Supplements are an increasingly integral component of a healthy lifestyle, and the subject of increasing speculation as a result. Are dietary supplements harmful? What about the side effects? Do they cause cancer? PharmaNutrics debunks the myths.
1. “Dietary supplements are harmful in combination with medication”
A mutual yet harmless interaction occurs when taking food supplements and medication simultaneously. Dietary supplements can have an impact on the absorption, metabolism and excretion of medication:
- Vitamin K can have an effect on anticoagulants.
- Certain plant extracts can have an effect on anticoagulants.
Certain medicines can in turn affect the nutrient status:
- Cholesterol-lowering medication can cause excessively low levels of coenzyme Q10.
- Diuretics can lead to decreased levels of potassium in the blood (hypokalaemia).
- Antacids can cause deficiencies in vitamin B12, calcium and magnesium.
- Antiepileptics can cause a vitamin D deficiency.
However, dietary supplements aren’t harmful providing you respect the recommended dosages. PharmaNutrics dietary supplements are developed in accordance with European and Belgian legislation and specify the recommended daily allowance (RDA) and the NUT number on the packaging.
2. “Dietary supplements can cause side effects”
Like any other foods or chemical substances, dietary supplements can contain allergens, preservatives or certain plant preparations that may cause allergic reactions or intolerances. However, these are rarely if ever life-threatening and, just like the RDA, PharmaNutrics clearly specifies these on the packaging.
3. “Dietary supplements can lead to cancer”
There’s no scientific evidence that normal or even high doses trigger cancer. Research shows for example, that smoking remains the key risk factor for lung cancer in smokers who take dietary supplements.
In fact, certain supplements have a positive effect on cancers, and can consequently support and even enhance cancer treatments.
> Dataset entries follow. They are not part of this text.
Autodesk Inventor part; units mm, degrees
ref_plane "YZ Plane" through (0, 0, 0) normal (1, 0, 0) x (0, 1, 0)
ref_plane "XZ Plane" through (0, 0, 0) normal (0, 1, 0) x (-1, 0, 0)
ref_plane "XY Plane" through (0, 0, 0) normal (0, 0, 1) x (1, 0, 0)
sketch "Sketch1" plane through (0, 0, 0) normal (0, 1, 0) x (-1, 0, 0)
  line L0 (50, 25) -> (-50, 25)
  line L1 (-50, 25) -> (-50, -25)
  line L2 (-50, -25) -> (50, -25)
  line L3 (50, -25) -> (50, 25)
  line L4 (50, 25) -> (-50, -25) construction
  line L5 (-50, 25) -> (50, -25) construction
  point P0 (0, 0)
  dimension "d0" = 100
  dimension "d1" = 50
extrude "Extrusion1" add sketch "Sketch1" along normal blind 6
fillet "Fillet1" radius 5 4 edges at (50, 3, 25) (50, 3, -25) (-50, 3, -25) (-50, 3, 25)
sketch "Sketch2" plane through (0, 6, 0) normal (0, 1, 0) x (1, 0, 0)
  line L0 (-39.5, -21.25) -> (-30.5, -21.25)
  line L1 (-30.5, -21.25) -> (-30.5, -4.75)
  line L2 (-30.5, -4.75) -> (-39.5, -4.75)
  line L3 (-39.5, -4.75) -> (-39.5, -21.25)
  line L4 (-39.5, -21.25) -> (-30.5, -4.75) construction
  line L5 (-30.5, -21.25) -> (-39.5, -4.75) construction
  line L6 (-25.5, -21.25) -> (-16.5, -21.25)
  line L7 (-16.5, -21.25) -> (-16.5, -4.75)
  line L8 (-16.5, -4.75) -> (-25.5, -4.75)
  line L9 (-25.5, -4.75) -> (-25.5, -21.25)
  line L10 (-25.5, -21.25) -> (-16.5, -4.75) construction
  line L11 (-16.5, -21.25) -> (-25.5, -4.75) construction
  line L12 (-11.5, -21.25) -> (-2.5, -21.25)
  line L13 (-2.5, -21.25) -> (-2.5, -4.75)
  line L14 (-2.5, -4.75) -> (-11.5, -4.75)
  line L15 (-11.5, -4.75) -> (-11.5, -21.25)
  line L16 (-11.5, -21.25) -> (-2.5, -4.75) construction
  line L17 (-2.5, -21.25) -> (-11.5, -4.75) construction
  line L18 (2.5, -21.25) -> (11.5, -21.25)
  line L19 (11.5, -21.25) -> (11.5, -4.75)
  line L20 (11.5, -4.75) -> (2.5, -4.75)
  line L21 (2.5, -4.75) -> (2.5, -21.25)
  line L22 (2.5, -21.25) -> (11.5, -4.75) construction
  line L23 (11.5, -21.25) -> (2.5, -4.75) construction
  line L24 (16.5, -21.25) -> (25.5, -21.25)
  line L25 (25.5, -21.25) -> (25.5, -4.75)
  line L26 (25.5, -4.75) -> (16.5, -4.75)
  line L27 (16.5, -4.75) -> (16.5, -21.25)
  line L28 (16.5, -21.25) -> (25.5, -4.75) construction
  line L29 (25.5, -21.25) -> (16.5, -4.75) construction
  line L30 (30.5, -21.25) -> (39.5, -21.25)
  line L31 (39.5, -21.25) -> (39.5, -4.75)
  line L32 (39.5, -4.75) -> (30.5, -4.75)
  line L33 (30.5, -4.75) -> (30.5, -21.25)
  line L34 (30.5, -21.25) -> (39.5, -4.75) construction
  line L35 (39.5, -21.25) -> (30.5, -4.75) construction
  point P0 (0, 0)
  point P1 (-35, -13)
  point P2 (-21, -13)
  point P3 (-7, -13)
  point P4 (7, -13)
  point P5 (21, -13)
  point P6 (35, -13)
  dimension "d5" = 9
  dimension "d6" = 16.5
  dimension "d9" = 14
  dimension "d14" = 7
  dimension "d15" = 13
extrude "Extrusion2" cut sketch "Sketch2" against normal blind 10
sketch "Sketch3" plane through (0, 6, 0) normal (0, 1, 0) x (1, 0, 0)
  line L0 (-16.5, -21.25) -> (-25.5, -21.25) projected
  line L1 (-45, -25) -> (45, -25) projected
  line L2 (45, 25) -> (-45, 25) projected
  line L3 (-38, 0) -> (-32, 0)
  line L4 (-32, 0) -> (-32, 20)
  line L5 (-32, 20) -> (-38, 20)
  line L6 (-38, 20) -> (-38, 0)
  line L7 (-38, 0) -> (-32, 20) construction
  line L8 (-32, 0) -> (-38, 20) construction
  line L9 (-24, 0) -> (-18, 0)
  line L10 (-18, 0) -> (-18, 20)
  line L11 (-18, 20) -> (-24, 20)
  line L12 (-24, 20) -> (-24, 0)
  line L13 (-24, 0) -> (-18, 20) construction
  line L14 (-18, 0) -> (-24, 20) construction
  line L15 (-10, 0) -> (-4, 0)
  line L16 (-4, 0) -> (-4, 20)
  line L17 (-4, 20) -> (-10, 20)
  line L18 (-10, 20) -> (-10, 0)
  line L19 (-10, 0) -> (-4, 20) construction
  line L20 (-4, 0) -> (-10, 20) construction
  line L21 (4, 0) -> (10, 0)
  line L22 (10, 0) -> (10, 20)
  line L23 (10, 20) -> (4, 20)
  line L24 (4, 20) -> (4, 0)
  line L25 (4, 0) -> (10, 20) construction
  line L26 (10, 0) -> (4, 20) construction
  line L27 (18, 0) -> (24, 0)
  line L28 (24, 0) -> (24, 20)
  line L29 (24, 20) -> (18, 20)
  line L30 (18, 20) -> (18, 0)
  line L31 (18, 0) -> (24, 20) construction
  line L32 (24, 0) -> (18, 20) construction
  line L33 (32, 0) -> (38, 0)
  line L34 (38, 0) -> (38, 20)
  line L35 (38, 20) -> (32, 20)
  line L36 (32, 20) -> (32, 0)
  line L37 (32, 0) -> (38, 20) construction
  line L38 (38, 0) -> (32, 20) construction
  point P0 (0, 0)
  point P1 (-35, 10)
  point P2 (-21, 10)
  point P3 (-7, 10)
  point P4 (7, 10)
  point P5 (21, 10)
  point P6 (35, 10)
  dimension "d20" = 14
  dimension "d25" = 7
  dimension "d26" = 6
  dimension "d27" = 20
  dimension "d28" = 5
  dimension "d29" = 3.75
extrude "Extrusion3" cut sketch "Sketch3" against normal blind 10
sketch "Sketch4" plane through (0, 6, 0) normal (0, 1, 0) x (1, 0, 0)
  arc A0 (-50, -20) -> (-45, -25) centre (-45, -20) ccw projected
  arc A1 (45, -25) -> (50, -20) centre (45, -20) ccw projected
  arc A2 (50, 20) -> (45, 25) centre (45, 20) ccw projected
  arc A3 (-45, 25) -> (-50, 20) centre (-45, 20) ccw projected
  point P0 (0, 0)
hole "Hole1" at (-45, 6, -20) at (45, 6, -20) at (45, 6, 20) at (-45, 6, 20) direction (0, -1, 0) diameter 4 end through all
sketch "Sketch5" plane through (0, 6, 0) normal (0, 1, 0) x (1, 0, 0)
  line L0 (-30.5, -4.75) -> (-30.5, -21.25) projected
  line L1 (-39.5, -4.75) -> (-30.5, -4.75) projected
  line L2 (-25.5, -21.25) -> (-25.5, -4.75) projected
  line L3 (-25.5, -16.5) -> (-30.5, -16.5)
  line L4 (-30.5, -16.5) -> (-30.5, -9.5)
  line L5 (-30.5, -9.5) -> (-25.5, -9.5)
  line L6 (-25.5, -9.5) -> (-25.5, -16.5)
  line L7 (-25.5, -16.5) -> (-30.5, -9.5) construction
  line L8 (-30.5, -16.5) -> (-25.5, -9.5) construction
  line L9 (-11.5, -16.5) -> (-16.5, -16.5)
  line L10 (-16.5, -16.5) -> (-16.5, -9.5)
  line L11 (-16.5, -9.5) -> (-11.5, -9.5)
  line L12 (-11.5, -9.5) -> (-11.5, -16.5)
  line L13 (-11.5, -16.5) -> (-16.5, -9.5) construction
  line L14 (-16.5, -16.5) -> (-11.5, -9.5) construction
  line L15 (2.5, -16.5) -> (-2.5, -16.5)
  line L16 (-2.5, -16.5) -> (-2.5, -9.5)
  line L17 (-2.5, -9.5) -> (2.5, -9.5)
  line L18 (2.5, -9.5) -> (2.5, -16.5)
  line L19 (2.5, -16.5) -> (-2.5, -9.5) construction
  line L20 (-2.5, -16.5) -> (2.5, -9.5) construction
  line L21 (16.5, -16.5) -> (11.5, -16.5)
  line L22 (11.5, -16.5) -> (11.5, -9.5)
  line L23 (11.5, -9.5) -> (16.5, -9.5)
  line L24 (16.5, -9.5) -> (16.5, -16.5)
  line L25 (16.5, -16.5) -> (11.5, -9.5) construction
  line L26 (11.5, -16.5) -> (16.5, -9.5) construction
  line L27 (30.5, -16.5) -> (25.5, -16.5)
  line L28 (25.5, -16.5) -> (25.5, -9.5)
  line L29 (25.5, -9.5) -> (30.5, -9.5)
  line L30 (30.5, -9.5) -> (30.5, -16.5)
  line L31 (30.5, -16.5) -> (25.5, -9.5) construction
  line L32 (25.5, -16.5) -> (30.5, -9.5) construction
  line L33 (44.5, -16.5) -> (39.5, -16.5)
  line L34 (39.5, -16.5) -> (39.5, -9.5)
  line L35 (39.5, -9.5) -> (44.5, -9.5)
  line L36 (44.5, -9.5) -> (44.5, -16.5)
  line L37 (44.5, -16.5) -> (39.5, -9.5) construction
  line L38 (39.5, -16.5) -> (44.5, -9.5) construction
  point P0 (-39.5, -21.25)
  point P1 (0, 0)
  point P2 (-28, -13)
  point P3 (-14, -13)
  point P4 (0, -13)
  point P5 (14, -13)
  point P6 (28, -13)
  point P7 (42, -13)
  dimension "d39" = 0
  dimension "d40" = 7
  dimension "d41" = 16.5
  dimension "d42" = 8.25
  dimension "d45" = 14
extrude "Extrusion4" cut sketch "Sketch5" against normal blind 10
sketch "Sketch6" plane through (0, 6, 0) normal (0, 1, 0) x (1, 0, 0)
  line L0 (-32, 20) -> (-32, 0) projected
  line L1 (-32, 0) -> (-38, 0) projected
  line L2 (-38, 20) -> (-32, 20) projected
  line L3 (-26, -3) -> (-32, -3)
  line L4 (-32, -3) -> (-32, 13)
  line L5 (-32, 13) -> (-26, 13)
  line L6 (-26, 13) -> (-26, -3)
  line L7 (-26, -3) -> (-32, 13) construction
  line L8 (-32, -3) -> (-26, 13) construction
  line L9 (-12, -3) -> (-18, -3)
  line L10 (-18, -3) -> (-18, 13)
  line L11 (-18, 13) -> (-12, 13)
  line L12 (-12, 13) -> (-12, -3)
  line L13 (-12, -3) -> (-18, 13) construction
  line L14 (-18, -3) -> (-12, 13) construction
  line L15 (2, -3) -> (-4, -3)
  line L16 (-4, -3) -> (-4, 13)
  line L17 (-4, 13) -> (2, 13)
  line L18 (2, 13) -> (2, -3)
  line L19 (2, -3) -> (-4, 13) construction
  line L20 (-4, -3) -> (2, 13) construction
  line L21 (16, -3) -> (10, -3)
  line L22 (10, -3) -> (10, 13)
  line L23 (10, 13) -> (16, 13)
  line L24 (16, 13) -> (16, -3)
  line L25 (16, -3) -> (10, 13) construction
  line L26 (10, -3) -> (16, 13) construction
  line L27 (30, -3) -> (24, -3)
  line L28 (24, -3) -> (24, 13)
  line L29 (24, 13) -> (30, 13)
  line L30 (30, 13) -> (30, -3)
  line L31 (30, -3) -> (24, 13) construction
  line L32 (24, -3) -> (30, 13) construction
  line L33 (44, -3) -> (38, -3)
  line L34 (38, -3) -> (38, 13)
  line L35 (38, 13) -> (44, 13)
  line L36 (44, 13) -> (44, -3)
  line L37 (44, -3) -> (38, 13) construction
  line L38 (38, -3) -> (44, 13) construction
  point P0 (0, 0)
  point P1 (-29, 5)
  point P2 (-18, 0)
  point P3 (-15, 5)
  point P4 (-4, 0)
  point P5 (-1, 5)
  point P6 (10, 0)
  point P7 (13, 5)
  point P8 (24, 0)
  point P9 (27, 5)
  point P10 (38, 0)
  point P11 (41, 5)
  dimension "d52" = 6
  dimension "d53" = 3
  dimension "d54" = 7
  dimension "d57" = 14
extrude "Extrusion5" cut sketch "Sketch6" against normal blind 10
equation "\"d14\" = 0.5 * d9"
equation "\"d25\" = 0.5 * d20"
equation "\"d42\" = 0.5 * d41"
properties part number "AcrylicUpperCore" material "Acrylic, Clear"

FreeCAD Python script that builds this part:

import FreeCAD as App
import Part
import Sketcher
from FreeCAD import Vector
Q = App.Units.Quantity


def edges_at(feature, points):
    """Names of the edges that pass closest to the given points."""
    edges = feature.Shape.Edges
    near = lambda p: min(range(len(edges)), key=lambda i: edges[i].distToShape(Part.Vertex(*p))[0])
    return sorted({f"Edge{near(p) + 1}" for p in points})


def add_polygon(sketch, points):
    """Adds a closed chain of lines whose ends are joined by coincident constraints."""
    first, n = sketch.GeometryCount, len(points)
    for a, b in zip(points, points[1:] + points[:1]):
        sketch.addGeometry(Part.LineSegment(App.Vector(*a, 0), App.Vector(*b, 0)), False)
    for i in range(n):
        sketch.addConstraint(Sketcher.Constraint("Coincident", first + i, 2, first + (i + 1) % n, 1))

doc = App.newDocument("Part")
body = doc.addObject("PartDesign::Body", "Body")

sketch1 = body.newObject("Sketcher::SketchObject", "Sketch")
sketch1.AttachmentSupport = (doc.getObject("XZ_Plane"), [""])
sketch1.MapMode = "FlatFace"
add_polygon(sketch1, [(-50, -25), (-50, 25), (50, 25), (50, -25)])
sketch1.addConstraint([
    Sketcher.Constraint("Vertical", 0),
    Sketcher.Constraint("Horizontal", 1),
    Sketcher.Constraint("Vertical", 2),
    Sketcher.Constraint("Horizontal", 3),
    Sketcher.Constraint("Symmetric", 0, 2, 2, 2, -1, 1),
    Sketcher.Constraint("DistanceX", 1, 1, 1, 2, Q("100 mm")),
    Sketcher.Constraint("DistanceY", 0, 1, 0, 2, Q("50 mm")),
])
pad1 = body.newObject("PartDesign::Pad", "Pad")
pad1.Profile = sketch1
pad1.Length = 6
pad1.Reversed = True
doc.recompute()

fillet = body.newObject("PartDesign::Fillet", "Fillet")
fillet.Base = (pad1, edges_at(pad1, [
    (50, 3, 25),
    (50, 3, -25),
    (-50, 3, -25),
    (-50, 3, 25),
]))
fillet.Radius = 5

sketch2 = body.newObject("Sketcher::SketchObject", "Sketch001")
sketch2.AttachmentSupport = (doc.getObject("XZ_Plane"), [""])
sketch2.MapMode = "FlatFace"
sketch2.AttachmentOffset = App.Placement(Vector(0, 0, -6), App.Rotation())
add_polygon(sketch2, [(-40, 5), (-40, 21), (-30, 21), (-30, 5)])
add_polygon(sketch2, [(-26, 5), (-26, 21), (-16, 21), (-16, 5)])
add_polygon(sketch2, [(-12, 5), (-12, 21), (-2, 21), (-2, 5)])
add_polygon(sketch2, [(2, 5), (2, 21), (12, 21), (12, 5)])
add_polygon(sketch2, [(16, 5), (16, 21), (26, 21), (26, 5)])
add_polygon(sketch2, [(30, 5), (30, 21), (40, 21), (40, 5)])
sketch2.addConstraint([
    Sketcher.Constraint("Vertical", 0),
    Sketcher.Constraint("Horizontal", 1),
    Sketcher.Constraint("Vertical", 2),
    Sketcher.Constraint("Horizontal", 3),
    Sketcher.Constraint("Vertical", 4),
    Sketcher.Constraint("Horizontal", 5),
    Sketcher.Constraint("Vertical", 6),
    Sketcher.Constraint("Horizontal", 7),
    Sketcher.Constraint("Vertical", 8),
    Sketcher.Constraint("Horizontal", 9),
    Sketcher.Constraint("Vertical", 10),
    Sketcher.Constraint("Horizontal", 11),
    Sketcher.Constraint("Vertical", 12),
    Sketcher.Constraint("Horizontal", 13),
    Sketcher.Constraint("Vertical", 14),
    Sketcher.Constraint("Horizontal", 15),
    Sketcher.Constraint("Vertical", 16),
    Sketcher.Constraint("Horizontal", 17),
    Sketcher.Constraint("Vertical", 18),
    Sketcher.Constraint("Horizontal", 19),
    Sketcher.Constraint("Vertical", 20),
    Sketcher.Constraint("Horizontal", 21),
    Sketcher.Constraint("Vertical", 22),
    Sketcher.Constraint("Horizontal", 23),
    Sketcher.Constraint("Symmetric", 9, 2, 12, 2, -2),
Ginger for example, helps to reduce nausea and vomiting after chemotherapy, valerian can help to alleviate sleep problems and vitamin B6 plays a role in hand-foot syndrome. At PharmaNutrics, we always recommend discussing your dietary supplements with your oncologist.
4. “Dietary supplements can compensate for an unhealthy lifestyle”
Dietary supplements cannot make up for a structurally unhealthy lifestyle. For optimal effect, they should be taken as a supplement to a healthy lifestyle that incorporates a balanced diet, regular exercise and adequate sleep.